WORK ITEM — Whenever a line in the data contains "extrude", show that line.

MATERIAL FOR THE TASK —
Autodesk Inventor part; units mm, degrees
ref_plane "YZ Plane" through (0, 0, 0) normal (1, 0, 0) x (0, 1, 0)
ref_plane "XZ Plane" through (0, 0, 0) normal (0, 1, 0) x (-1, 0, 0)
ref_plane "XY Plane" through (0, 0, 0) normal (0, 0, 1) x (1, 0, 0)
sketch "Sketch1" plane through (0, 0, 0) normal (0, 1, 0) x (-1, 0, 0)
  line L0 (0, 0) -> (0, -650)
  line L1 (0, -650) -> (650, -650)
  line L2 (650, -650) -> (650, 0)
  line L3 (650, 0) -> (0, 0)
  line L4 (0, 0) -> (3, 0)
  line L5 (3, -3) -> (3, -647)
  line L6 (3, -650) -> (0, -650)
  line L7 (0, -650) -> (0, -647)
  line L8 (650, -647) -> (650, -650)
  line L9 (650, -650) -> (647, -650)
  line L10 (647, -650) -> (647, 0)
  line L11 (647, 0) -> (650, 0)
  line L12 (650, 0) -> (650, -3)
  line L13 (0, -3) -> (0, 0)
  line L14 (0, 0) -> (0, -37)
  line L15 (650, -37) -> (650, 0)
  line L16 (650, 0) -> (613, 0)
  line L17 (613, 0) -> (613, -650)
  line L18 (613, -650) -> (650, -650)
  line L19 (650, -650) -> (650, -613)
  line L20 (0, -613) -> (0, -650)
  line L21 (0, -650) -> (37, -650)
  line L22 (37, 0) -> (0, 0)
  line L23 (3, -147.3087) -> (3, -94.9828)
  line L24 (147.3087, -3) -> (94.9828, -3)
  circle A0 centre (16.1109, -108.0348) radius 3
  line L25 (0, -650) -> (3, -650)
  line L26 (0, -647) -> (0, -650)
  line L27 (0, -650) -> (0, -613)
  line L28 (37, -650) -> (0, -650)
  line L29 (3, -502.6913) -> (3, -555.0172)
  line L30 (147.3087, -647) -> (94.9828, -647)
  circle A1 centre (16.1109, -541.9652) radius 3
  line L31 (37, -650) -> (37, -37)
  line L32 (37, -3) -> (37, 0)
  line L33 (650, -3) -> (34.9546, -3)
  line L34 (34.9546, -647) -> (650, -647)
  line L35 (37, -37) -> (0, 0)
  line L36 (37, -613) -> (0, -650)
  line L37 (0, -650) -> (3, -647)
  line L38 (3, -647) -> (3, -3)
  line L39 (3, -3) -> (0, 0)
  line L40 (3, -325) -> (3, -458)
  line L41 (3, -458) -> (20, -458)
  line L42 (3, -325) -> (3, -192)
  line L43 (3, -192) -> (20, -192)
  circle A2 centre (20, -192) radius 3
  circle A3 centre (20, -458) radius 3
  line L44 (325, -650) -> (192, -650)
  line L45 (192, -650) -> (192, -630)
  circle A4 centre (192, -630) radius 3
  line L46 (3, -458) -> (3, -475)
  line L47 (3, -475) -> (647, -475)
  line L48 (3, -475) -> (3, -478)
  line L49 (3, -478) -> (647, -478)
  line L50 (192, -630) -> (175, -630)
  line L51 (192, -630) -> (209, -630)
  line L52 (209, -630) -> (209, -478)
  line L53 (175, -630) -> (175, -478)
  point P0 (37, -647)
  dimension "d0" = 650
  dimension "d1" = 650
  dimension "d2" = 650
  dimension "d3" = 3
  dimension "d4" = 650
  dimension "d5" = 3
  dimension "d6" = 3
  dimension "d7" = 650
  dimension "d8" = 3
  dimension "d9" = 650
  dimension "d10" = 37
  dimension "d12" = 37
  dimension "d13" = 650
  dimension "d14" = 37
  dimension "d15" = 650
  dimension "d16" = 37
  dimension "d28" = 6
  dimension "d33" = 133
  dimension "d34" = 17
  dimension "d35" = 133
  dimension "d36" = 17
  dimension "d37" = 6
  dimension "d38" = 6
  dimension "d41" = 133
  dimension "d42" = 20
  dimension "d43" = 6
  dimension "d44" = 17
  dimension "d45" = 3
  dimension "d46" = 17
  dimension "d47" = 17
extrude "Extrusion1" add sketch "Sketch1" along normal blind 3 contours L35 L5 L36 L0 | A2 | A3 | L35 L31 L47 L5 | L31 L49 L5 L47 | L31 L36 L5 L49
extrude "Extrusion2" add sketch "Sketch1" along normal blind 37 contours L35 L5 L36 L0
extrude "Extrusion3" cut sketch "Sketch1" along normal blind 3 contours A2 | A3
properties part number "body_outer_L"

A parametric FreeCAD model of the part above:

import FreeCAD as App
import Part
import Sketcher

V = App.Vector


def add_polygon(sketch, points):
    """Adds a closed chain of lines whose ends are joined by coincident constraints."""
    first, n = sketch.GeometryCount, len(points)
    for a, b in zip(points, points[1:] + points[:1]):
        sketch.addGeometry(Part.LineSegment(App.Vector(*a, 0), App.Vector(*b, 0)), False)
    for i in range(n):
        sketch.addConstraint(Sketcher.Constraint("Coincident", first + i, 2, first + (i + 1) % n, 1))

doc = App.newDocument("Part")
params = doc.addObject("Spreadsheet::Sheet", "Params")
for row, (alias, value) in enumerate([
    ("sketch1_diameter", "6 mm"),
    ("sketch1_height", "650 mm"),
    ("pad1_length", "3 mm"),
    ("sketch2_height", "650 mm"),
    ("pad2_length", "37 mm"),
    ("sketch3_diameter", "6 mm"),
    ("pocket1_length", "3 mm"),
], start=1):
    params.set(f"A{row}", alias)
    params.set(f"B{row}", "=" + value)
    params.setAlias(f"B{row}", alias)

body = doc.addObject("PartDesign::Body", "Body")

# Sketch on XZ plane
sketch1 = body.newObject("Sketcher::SketchObject", "Sketch")
sketch1.AttachmentSupport = (doc.getObject("XZ_Plane"), [""])
sketch1.MapMode = "FlatFace"
add_polygon(sketch1, [(0, 0), (0, -650), (-37, -613), (-37, -37)])  # lines 0-3
sketch1.addGeometry(Part.Circle(V(-16.1, -108, 0), V(0, 0, 1), 3), False)  # 4
sketch1.addGeometry(Part.Circle(V(-16.1, -542, 0), V(0, 0, 1), 3), False)  # 5
sketch1.addConstraint(Sketcher.Constraint("Vertical", 0))
sketch1.addConstraint(Sketcher.Constraint("Vertical", 2))
sketch1.addConstraint(Sketcher.Constraint("Coincident", 3, 2, -1, 1))
sketch1.addConstraint(Sketcher.Constraint("Equal", 4, 5))
sketch1.addConstraint(Sketcher.Constraint("Perpendicular", 1, 3))
sketch1.addConstraint(Sketcher.Constraint("Vertical", 4, 3, 5, 3))
sketch1.addConstraint(Sketcher.Constraint("Equal", 1, 3))
sketch1.addConstraint(Sketcher.Constraint("Diameter", 4, 6.0))
sketch1.addConstraint(Sketcher.Constraint("DistanceY", 0, 2, 0, 1, 650.0))
sketch1.addConstraint(Sketcher.Constraint("DistanceX", 1, 2, -1, 1, 37.0))
sketch1.addConstraint(Sketcher.Constraint("DistanceX", 4, 3, -1, 1, 16.111))
sketch1.addConstraint(Sketcher.Constraint("DistanceY", 4, 3, -1, 1, 108.0348))
sketch1.addConstraint(Sketcher.Constraint("DistanceY", 5, 3, -1, 1, 541.9652))
sketch1.setExpression("Constraints[11]", "Params.sketch1_diameter")
sketch1.setExpression("Constraints[12]", "Params.sketch1_height")
pad1 = body.newObject("PartDesign::Pad", "Pad")
pad1.Profile = sketch1
pad1.setExpression("Length", "Params.pad1_length")
pad1.Reversed = True

# Sketch on XZ plane
sketch2 = body.newObject("Sketcher::SketchObject", "Sketch001")
sketch2.AttachmentSupport = (doc.getObject("XZ_Plane"), [""])
sketch2.MapMode = "FlatFace"
add_polygon(sketch2, [(-3, -3), (0, 0), (0, -650), (-3, -647)])  # lines 0-3
sketch2.addConstraint(Sketcher.Constraint("Vertical", 1))
sketch2.addConstraint(Sketcher.Constraint("Vertical", 3))
sketch2.addConstraint(Sketcher.Constraint("Coincident", 0, 2, -1, 1))
sketch2.addConstraint(Sketcher.Constraint("Perpendicular", 0, 2))
sketch2.addConstraint(Sketcher.Constraint("Equal", 0, 2))
sketch2.addConstraint(Sketcher.Constraint("DistanceY", 1, 2, 1, 1, 650.0))
sketch2.addConstraint(Sketcher.Constraint("DistanceX", 2, 2, -1, 1, 3.0))
sketch2.setExpression("Constraints[9]", "Params.sketch2_height")
pad2 = body.newObject("PartDesign::Pad", "Pad001")
pad2.Profile = sketch2
pad2.setExpression("Length", "Params.pad2_length")
pad2.Reversed = True

# Sketch on XZ plane
sketch3 = body.newObject("Sketcher::SketchObject", "Sketch002")
sketch3.AttachmentSupport = (doc.getObject("XZ_Plane"), [""])
sketch3.MapMode = "FlatFace"
sketch3.addGeometry(Part.Circle(V(-20, -192, 0), V(0, 0, 1), 3), False)
sketch3.addGeometry(Part.Circle(V(-20, -458, 0), V(0, 0, 1), 3), False)
sketch3.addConstraint(Sketcher.Constraint("Equal", 0, 1))
sketch3.addConstraint(Sketcher.Constraint("Vertical", 0, 3, 1, 3))
sketch3.addConstraint(Sketcher.Constraint("Diameter", 0, 6.0))
sketch3.addConstraint(Sketcher.Constraint("DistanceX", 0, 3, -1, 1, 20.0))
sketch3.addConstraint(Sketcher.Constraint("DistanceY", 0, 3, -1, 1, 192.0))
sketch3.addConstraint(Sketcher.Constraint("DistanceY", 1, 3, -1, 1, 458.0))
sketch3.setExpression("Constraints[2]", "Params.sketch3_diameter")
pocket1 = body.newObject("PartDesign::Pocket", "Pocket")
pocket1.Profile = sketch3
pocket1.setExpression("Length", "Params.pocket1_length")

doc.recompute()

EXERCISE OUTPUT —
extrude "Extrusion1" add sketch "Sketch1" along normal blind 3 contours L35 L5 L36 L0 | A2 | A3 | L35 L31 L47 L5 | L31 L49 L5 L47 | L31 L36 L5 L49
extrude "Extrusion2" add sketch "Sketch1" along normal blind 37 contours L35 L5 L36 L0
extrude "Extrusion3" cut sketch "Sketch1" along normal blind 3 contours A2 | A3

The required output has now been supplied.